The data Start Marker
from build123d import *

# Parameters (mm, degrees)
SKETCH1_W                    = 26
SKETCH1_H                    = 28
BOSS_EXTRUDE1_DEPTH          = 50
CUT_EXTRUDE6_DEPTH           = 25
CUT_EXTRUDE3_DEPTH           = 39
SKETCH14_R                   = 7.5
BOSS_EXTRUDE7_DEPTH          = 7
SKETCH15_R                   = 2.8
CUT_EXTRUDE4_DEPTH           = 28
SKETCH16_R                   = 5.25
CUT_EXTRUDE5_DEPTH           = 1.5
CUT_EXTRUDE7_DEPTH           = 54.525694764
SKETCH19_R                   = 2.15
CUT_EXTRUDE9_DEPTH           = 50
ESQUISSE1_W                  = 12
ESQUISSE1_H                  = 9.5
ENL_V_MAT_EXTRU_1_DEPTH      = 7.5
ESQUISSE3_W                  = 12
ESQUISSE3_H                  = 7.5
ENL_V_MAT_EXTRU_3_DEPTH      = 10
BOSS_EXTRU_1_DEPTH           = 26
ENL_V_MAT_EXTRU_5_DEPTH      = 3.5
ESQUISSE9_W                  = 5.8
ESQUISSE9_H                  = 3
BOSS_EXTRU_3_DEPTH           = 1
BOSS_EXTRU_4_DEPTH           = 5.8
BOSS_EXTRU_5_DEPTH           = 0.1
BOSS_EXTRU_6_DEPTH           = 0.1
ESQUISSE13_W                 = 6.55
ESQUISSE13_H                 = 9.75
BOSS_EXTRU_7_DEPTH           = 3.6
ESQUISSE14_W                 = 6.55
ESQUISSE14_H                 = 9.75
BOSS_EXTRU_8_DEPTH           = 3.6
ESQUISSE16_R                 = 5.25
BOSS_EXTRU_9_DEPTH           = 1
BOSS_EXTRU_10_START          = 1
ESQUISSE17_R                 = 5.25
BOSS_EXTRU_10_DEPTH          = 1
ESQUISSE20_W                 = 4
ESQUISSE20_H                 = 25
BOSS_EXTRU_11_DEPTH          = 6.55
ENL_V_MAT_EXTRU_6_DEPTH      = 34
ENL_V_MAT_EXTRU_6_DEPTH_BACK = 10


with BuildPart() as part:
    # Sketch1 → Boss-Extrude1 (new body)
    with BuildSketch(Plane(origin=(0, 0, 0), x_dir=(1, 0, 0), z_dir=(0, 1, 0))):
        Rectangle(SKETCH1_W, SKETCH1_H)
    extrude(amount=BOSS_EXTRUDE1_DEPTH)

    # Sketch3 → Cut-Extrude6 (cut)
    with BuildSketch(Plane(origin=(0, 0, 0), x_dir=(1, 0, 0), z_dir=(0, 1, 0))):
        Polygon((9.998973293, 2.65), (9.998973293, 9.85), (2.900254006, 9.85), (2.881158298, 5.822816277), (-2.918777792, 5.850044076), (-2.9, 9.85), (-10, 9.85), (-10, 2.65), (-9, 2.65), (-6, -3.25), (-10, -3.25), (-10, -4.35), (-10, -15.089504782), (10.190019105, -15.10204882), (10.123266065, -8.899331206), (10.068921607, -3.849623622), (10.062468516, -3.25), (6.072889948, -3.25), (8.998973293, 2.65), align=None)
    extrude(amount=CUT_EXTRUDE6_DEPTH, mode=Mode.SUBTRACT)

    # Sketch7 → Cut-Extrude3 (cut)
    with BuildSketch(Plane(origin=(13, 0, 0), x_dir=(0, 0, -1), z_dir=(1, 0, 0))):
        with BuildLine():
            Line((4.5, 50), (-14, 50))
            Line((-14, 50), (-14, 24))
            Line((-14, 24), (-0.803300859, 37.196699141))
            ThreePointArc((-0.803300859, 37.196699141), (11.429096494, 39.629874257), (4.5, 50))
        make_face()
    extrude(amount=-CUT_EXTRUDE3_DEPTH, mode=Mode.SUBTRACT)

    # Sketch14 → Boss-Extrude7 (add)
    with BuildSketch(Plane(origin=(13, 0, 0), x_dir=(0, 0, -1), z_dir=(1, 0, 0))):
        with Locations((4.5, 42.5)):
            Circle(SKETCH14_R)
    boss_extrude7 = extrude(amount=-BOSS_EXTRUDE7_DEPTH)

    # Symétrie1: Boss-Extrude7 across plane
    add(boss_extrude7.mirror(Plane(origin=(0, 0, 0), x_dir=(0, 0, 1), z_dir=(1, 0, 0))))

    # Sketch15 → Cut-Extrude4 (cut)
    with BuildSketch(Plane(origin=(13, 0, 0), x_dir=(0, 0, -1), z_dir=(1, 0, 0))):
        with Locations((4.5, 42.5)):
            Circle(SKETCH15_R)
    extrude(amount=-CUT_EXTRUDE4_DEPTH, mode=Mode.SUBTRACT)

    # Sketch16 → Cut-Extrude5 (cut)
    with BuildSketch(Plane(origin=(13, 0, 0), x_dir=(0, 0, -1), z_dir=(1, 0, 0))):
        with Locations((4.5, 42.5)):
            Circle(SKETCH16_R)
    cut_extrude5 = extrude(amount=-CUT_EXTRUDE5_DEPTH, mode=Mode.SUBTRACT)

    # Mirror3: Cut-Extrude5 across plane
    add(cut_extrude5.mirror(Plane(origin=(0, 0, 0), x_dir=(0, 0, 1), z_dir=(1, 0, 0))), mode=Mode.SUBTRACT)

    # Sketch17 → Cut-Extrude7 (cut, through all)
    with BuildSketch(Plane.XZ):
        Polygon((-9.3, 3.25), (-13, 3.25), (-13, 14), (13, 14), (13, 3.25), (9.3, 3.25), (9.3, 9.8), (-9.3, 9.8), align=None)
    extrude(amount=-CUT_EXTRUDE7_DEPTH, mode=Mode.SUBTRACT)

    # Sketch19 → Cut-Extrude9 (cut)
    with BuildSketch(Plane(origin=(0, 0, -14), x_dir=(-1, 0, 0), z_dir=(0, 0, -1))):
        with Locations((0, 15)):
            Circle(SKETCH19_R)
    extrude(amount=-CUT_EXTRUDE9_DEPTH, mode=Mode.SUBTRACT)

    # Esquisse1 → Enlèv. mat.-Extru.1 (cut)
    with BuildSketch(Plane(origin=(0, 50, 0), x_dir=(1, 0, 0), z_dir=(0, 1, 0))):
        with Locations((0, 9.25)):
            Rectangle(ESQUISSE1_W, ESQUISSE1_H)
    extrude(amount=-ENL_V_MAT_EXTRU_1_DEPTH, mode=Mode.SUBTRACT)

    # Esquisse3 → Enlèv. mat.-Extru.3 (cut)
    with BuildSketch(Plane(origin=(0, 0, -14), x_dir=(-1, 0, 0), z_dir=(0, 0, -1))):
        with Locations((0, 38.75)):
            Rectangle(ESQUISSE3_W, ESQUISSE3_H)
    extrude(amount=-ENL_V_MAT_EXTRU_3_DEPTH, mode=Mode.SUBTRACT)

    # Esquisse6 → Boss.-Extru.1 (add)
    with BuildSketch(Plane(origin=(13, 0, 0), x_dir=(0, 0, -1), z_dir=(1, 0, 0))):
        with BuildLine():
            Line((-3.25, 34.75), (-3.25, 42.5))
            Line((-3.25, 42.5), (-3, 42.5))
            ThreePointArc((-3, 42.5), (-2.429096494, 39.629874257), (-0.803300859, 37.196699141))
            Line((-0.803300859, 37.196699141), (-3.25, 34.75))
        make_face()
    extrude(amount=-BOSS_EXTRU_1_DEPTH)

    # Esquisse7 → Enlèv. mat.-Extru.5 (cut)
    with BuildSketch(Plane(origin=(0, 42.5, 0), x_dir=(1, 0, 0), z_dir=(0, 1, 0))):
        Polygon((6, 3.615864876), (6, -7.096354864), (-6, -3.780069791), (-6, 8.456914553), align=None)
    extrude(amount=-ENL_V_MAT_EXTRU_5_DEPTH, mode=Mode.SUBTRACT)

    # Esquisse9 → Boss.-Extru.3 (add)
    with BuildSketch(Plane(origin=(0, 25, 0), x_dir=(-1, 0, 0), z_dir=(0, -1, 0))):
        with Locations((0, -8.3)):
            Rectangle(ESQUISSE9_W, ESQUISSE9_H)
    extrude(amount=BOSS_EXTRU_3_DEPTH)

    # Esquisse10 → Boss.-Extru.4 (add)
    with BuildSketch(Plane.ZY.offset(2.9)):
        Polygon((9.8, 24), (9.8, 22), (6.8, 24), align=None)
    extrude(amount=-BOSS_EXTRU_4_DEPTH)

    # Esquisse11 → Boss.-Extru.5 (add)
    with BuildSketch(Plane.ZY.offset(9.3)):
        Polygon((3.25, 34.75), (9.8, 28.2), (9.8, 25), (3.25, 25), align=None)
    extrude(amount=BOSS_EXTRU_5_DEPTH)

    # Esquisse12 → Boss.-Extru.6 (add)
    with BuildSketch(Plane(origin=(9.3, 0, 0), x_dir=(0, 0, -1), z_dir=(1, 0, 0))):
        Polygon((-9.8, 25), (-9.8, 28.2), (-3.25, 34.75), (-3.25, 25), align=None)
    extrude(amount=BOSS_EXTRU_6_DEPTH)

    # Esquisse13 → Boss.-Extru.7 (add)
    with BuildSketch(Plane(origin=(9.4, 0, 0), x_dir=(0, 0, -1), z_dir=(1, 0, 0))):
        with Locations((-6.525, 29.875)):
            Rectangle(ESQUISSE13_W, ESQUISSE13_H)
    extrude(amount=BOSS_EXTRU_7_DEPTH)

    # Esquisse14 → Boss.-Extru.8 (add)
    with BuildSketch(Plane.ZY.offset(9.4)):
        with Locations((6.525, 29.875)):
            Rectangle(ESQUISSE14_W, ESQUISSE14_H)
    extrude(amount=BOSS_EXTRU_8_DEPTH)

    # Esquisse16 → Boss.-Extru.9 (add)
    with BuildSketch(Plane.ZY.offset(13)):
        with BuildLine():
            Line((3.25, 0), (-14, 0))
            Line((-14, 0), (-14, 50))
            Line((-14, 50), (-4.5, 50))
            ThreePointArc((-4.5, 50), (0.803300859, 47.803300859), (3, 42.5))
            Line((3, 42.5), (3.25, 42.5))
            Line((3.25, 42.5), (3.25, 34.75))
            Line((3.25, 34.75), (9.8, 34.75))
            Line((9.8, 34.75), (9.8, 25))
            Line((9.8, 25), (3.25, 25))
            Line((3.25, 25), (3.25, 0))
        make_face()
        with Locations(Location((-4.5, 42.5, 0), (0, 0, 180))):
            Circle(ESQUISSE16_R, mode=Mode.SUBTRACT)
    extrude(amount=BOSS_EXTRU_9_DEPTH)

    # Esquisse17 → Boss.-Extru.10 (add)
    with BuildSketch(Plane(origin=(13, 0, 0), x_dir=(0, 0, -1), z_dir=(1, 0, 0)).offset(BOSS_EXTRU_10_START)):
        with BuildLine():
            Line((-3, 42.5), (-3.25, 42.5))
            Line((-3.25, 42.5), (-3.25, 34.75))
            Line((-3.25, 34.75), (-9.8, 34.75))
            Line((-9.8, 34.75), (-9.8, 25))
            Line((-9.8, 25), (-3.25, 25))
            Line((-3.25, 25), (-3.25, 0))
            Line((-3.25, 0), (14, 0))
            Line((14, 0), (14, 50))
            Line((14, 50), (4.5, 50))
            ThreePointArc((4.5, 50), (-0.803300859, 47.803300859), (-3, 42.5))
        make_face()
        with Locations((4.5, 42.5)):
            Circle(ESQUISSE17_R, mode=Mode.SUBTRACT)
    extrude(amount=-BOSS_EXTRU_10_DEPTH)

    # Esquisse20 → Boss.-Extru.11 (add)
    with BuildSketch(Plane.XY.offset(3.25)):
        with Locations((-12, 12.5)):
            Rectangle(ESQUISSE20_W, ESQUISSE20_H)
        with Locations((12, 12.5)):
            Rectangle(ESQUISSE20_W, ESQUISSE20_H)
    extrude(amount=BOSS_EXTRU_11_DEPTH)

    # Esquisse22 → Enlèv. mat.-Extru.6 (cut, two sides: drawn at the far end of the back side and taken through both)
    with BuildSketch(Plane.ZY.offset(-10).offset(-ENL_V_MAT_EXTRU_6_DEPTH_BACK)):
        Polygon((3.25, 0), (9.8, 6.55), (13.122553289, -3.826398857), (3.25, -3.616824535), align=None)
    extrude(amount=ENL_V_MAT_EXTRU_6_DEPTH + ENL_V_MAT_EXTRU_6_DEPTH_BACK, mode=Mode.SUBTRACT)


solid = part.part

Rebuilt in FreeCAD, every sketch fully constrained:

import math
import FreeCAD as App
import Part
import Sketcher

V = App.Vector
Q = App.Units.Quantity


def add_polygon(sketch, points):
    """Adds a closed chain of lines whose ends are joined by coincident constraints."""
    first, n = sketch.GeometryCount, len(points)
    for a, b in zip(points, points[1:] + points[:1]):
        sketch.addGeometry(Part.LineSegment(App.Vector(*a, 0), App.Vector(*b, 0)), False)
    for i in range(n):
        sketch.addConstraint(Sketcher.Constraint("Coincident", first + i, 2, first + (i + 1) % n, 1))

doc = App.newDocument("Part")
params = doc.addObject("Spreadsheet::Sheet", "Params")
for row, (alias, value) in enumerate([
    ("sketch1_width", "26 mm"),
    ("sketch1_height", "28 mm"),
    ("pad1_length", "50 mm"),
    ("sketch2_width", "1 mm"),
    ("sketch2_width2", "4 mm"),
    ("sketch2_length", "4 mm"),
    ("sketch2_width3", "7.1 mm"),
    ("sketch2_height", "7.2 mm"),
    ("pocket1_length", "25 mm"),
    ("sketch3_radius", "7.5 mm"),
    ("sketch3_width", "26 mm"),
    ("sketch3_height", "18.5 mm"),
    ("pocket2_length", "39 mm"),
    ("sketch4_diameter", "15 mm"),
    ("pad2_length", "7 mm"),
    ("sketch5_diameter", "5.6 mm"),
    ("pocket3_length", "28 mm"),
    ("sketch6_diameter", "10.5 mm"),
    ("pocket4_length", "1.5 mm"),
    ("sketch7_width", "26 mm"),
    ("sketch7_width2", "3.7 mm"),
    ("sketch7_height", "6.55 mm"),
    ("sketch7_height2", "10.75 mm"),
    ("sketch8_diameter", "4.3 mm"),
    ("pocket6_length", "50 mm"),
    ("sketch9_width", "12 mm"),
    ("sketch9_height", "9.5 mm"),
    ("pocket7_length", "7.5 mm"),
    ("sketch10_width", "12 mm"),
    ("sketch10_height", "7.5 mm"),
    ("pocket8_length", "10 mm"),
    ("sketch11_radius", "7.5 mm"),
    ("sketch11_width", "7.75 mm"),
    ("sketch11_height", "0.25 mm"),
    ("pad3_length", "26 mm"),
    ("pocket9_length", "3.5 mm"),
    ("sketch13_height", "3 mm"),
    ("sketch13_width", "5.8 mm"),
    ("pad4_length", "1 mm"),
    ("sketch14_width", "2 mm"),
    ("sketch14_height", "3 mm"),
    ("pad5_length", "5.8 mm"),
    ("sketch15_width", "3.2 mm"),
    ("sketch15_width2", "9.75 mm"),
    ("pad6_length", "0.1 mm"),
    ("sketch16_width", "3.2 mm"),
    ("sketch16_width2", "9.75 mm"),
    ("pad7_length", "0.1 mm"),
    ("sketch17_width", "9.75 mm"),
    ("sketch17_height", "6.55 mm"),
    ("pad8_length", "3.6 mm"),
    ("sketch18_width", "9.75 mm"),
    ("sketch18_height", "6.55 mm"),
    ("pad9_length", "3.6 mm"),
    ("sketch19_diameter", "10.5 mm"),
    ("sketch19_radius", "7.5 mm"),
    ("sketch19_width", "25 mm"),
    ("sketch19_width2", "50 mm"),
    ("sketch19_height", "9.5 mm"),
    ("pad10_length", "1 mm"),
    ("sketch20_diameter", "10.5 mm"),
    ("sketch20_radius", "7.5 mm"),
    ("sketch20_width", "25 mm"),
    ("sketch20_width2", "50 mm"),
    ("sketch20_height", "9.5 mm"),
    ("pad11_length", "1 mm"),
    ("sketch21_width", "4 mm"),
    ("sketch21_height", "25 mm"),
    ("pad12_length", "6.55 mm"),
], start=1):
    params.set(f"A{row}", alias)
    params.set(f"B{row}", "=" + value)
    params.setAlias(f"B{row}", alias)

body = doc.addObject("PartDesign::Body", "Body")

sketch1 = doc.addObject("Sketcher::SketchObject", "Sketch")
body.addObject(sketch1)
sketch1.AttachmentSupport = (doc.XZ_Plane, [""])
sketch1.MapMode = "FlatFace"
add_polygon(sketch1, [(-13, -14), (-13, 14), (13, 14), (13, -14)])
sketch1.addConstraint([
    Sketcher.Constraint("Vertical", 0),
    Sketcher.Constraint("Horizontal", 1),
    Sketcher.Constraint("Vertical", 2),
    Sketcher.Constraint("Horizontal", 3),
    Sketcher.Constraint("Symmetric", 0, 2, 2, 2, -1, 1),
    Sketcher.Constraint("DistanceX", 1, 1, 1, 2, 26.0),
    Sketcher.Constraint("DistanceY", 0, 1, 0, 2, 28.0),
])
sketch1.setExpression("Constraints[9]", "Params.sketch1_width")
sketch1.setExpression("Constraints[10]", "Params.sketch1_height")
pad1 = doc.addObject("PartDesign::Pad", "Pad")
body.addObject(pad1)
pad1.Profile = sketch1
pad1.setExpression("Length", "Params.pad1_length")
pad1.Reversed = True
The data End Marker
About this exercise. Only the lines containing the word "across" should be returned from the data above.

Result for this task.
    # Symétrie1: Boss-Extrude7 across plane
    # Mirror3: Cut-Extrude5 across plane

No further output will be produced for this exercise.